• WHAT THE TASK ASKS
Among the lines of the records, please find those that contain the word "VECTOR" and copy them.

(Saved entries)
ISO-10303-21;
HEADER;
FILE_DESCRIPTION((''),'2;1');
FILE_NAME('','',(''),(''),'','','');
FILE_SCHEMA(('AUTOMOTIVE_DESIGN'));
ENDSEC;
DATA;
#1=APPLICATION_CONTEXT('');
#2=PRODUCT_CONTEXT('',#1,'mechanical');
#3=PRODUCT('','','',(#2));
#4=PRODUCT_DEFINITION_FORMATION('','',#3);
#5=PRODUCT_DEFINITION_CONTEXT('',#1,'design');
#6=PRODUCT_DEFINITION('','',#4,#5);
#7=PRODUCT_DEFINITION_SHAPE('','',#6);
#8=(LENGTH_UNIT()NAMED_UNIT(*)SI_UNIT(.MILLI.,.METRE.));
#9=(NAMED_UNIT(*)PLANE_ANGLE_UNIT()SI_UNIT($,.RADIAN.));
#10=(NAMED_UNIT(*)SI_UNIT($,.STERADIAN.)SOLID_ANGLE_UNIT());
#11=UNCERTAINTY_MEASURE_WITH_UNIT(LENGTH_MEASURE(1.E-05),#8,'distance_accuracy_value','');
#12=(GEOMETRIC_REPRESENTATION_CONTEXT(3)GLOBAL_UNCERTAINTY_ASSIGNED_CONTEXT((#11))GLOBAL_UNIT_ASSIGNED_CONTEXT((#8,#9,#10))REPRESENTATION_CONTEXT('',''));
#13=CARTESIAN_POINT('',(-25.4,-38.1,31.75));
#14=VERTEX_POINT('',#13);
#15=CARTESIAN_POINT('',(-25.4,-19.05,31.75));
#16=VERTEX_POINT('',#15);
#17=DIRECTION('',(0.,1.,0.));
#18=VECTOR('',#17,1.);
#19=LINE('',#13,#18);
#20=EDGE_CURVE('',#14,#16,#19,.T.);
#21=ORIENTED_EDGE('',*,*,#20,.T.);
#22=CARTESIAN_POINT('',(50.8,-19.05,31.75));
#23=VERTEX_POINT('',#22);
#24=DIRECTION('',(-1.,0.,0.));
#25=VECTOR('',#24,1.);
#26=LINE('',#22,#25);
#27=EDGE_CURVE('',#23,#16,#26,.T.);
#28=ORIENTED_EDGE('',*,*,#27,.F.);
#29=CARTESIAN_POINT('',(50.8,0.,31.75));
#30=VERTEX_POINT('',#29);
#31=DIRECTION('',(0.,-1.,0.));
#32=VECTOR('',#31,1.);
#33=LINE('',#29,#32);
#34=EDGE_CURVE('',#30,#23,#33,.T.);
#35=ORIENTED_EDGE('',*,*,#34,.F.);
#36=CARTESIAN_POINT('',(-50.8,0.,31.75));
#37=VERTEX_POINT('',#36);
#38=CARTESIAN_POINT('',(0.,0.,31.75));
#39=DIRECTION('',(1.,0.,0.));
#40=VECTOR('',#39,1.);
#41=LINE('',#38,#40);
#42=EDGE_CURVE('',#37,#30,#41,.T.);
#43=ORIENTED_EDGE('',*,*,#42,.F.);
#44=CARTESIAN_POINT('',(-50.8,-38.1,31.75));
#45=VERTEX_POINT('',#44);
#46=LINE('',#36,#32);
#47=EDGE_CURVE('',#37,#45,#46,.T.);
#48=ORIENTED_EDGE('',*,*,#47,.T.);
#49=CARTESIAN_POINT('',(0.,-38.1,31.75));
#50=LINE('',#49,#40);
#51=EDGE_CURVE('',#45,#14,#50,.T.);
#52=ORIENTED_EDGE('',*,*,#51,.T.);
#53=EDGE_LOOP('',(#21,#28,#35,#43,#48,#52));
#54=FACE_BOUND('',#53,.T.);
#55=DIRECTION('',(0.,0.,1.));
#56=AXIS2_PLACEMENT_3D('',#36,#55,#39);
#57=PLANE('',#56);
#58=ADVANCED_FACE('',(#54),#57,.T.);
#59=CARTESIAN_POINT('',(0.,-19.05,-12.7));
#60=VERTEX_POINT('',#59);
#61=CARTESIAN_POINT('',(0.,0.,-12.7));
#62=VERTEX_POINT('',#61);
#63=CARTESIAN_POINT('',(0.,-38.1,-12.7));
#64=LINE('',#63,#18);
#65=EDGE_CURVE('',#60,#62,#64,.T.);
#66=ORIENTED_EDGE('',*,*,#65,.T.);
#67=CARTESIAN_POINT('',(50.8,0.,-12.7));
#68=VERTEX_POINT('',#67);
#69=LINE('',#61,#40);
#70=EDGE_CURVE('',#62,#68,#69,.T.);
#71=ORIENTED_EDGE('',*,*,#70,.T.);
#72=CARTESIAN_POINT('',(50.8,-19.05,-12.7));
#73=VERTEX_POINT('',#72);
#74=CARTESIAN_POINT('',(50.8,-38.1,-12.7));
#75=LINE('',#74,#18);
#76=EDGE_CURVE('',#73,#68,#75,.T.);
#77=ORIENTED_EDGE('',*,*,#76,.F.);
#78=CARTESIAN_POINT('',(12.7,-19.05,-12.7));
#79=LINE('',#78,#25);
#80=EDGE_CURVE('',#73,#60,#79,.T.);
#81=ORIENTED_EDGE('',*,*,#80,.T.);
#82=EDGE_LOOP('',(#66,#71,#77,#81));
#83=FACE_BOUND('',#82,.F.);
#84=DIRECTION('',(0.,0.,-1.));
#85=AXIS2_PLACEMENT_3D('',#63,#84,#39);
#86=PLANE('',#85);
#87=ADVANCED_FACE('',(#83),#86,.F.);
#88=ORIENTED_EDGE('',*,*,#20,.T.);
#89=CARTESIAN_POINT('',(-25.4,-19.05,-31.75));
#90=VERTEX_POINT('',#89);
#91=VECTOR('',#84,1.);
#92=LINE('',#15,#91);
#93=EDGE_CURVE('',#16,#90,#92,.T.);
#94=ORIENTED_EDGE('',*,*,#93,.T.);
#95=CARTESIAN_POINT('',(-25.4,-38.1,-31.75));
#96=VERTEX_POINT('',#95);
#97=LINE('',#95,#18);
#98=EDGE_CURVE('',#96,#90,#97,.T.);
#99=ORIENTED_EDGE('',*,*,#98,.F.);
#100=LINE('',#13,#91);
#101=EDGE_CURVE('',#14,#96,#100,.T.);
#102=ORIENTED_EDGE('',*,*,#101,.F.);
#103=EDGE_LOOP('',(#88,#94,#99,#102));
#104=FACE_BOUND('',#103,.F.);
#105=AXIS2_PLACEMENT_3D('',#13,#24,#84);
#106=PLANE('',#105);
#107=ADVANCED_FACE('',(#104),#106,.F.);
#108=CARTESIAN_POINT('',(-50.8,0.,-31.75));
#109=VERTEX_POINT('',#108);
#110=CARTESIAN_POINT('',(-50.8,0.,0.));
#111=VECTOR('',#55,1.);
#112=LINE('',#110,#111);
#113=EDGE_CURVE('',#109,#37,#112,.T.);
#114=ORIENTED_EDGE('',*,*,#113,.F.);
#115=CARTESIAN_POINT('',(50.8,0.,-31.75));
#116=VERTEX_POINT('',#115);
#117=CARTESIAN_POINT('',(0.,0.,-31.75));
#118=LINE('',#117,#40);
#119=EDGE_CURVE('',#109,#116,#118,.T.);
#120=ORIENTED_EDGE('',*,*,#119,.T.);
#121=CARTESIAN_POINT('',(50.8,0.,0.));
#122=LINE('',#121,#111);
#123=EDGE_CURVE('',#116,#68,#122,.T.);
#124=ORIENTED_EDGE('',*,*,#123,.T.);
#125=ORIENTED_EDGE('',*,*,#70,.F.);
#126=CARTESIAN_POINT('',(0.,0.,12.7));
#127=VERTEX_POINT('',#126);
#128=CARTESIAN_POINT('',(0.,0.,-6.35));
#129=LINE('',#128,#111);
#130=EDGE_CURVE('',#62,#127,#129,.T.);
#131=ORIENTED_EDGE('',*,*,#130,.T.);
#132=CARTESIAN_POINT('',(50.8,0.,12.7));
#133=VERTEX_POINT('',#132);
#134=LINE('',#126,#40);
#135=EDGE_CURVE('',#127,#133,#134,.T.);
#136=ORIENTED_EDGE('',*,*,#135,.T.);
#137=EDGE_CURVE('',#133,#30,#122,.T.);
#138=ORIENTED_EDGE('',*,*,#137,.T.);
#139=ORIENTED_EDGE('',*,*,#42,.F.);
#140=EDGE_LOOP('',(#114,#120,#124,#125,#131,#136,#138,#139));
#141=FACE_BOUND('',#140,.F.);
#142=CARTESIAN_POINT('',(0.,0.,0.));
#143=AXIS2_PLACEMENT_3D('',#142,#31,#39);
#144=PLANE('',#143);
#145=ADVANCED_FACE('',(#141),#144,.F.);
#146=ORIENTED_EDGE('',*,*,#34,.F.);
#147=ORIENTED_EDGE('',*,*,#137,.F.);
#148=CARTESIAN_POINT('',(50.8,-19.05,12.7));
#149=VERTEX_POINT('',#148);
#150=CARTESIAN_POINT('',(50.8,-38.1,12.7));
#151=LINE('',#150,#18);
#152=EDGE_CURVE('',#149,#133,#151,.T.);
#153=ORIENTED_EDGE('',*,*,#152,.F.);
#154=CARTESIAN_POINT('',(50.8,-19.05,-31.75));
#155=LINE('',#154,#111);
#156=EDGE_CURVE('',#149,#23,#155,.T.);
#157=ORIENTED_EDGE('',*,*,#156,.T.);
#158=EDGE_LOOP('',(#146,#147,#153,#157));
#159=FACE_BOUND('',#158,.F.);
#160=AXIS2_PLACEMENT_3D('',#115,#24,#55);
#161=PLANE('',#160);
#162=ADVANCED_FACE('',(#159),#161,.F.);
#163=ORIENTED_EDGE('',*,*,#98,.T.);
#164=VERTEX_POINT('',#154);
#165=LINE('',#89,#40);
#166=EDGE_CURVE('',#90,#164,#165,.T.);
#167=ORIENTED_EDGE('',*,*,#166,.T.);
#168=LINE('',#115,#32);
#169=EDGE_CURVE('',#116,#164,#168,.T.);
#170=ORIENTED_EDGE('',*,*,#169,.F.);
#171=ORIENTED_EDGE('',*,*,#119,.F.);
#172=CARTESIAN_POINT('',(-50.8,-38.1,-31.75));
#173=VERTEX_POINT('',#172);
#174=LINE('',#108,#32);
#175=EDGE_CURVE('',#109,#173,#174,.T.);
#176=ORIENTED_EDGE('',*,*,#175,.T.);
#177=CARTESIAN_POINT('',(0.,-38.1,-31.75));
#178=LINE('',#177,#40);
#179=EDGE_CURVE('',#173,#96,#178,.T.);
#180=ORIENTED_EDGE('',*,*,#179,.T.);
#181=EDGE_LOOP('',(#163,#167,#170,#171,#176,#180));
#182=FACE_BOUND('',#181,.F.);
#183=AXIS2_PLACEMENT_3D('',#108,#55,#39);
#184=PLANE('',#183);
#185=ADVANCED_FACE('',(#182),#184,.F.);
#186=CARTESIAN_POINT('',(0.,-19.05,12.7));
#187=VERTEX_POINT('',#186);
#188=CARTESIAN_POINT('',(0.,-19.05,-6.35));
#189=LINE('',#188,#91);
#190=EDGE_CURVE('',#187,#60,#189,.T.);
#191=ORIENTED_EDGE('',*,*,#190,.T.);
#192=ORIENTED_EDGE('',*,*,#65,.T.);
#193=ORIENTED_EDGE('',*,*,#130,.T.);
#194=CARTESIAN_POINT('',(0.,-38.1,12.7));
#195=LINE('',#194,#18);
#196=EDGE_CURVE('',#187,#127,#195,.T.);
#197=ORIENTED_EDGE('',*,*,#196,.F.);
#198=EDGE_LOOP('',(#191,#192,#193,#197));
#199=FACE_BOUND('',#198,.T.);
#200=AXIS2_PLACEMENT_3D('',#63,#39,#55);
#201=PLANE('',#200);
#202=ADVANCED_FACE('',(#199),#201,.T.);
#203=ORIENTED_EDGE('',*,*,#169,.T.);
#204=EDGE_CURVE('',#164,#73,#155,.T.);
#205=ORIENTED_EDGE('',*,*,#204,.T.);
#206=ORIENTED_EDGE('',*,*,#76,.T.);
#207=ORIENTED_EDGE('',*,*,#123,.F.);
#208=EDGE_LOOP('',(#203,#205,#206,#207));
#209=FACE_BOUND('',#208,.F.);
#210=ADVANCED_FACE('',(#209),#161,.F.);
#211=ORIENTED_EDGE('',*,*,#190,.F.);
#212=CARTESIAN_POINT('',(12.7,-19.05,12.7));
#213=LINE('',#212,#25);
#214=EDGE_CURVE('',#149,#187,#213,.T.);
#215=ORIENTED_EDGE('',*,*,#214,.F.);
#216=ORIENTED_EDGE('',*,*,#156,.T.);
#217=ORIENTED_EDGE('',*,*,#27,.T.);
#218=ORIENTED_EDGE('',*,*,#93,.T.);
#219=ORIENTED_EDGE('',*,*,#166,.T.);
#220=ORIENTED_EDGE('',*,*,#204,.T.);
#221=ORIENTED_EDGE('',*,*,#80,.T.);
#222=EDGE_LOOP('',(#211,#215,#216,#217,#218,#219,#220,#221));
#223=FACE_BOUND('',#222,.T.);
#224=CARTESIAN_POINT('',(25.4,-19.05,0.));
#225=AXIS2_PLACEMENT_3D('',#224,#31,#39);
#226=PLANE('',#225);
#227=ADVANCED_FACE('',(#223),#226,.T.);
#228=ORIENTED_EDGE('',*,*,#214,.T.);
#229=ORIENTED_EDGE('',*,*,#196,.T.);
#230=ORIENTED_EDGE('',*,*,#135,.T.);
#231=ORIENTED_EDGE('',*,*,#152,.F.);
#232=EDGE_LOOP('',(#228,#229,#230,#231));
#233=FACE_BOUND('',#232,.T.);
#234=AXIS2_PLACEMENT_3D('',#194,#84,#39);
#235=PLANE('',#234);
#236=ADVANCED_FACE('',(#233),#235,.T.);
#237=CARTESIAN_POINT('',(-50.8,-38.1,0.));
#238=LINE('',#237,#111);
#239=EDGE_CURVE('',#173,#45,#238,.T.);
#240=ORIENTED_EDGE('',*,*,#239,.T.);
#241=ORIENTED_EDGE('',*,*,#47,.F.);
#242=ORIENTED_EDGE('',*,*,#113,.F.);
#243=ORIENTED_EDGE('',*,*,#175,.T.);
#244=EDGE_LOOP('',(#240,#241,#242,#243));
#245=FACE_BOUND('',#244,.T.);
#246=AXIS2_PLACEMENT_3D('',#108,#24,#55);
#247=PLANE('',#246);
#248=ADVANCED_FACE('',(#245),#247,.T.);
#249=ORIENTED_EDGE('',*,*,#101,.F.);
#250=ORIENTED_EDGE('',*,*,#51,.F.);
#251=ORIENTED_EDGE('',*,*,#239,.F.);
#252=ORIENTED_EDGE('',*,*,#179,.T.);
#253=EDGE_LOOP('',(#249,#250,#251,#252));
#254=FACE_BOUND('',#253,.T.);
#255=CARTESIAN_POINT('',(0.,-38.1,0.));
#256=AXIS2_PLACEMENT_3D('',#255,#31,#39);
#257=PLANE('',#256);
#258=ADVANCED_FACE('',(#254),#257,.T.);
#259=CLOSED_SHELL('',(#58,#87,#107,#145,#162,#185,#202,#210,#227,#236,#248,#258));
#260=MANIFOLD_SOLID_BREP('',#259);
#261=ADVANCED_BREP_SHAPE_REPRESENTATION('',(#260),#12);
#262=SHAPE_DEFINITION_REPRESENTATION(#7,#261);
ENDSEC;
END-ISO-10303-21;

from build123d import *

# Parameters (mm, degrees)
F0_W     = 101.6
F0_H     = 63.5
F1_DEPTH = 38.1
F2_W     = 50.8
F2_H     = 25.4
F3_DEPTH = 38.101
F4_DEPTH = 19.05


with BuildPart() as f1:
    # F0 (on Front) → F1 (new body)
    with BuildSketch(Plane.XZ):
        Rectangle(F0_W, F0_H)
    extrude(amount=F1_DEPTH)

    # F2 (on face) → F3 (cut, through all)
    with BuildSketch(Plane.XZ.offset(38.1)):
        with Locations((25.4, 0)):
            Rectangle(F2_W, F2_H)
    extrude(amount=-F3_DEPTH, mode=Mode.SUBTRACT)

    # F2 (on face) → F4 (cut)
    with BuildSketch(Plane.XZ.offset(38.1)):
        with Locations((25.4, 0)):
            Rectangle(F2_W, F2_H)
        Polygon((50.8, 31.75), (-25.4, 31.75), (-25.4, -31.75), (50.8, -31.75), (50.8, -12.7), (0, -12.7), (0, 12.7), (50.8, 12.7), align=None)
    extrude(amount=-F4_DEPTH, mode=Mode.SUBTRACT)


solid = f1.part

• WRITTEN ANSWER
#18=VECTOR('',#17,1.);
#25=VECTOR('',#24,1.);
#32=VECTOR('',#31,1.);
#40=VECTOR('',#39,1.);
#91=VECTOR('',#84,1.);
#111=VECTOR('',#55,1.);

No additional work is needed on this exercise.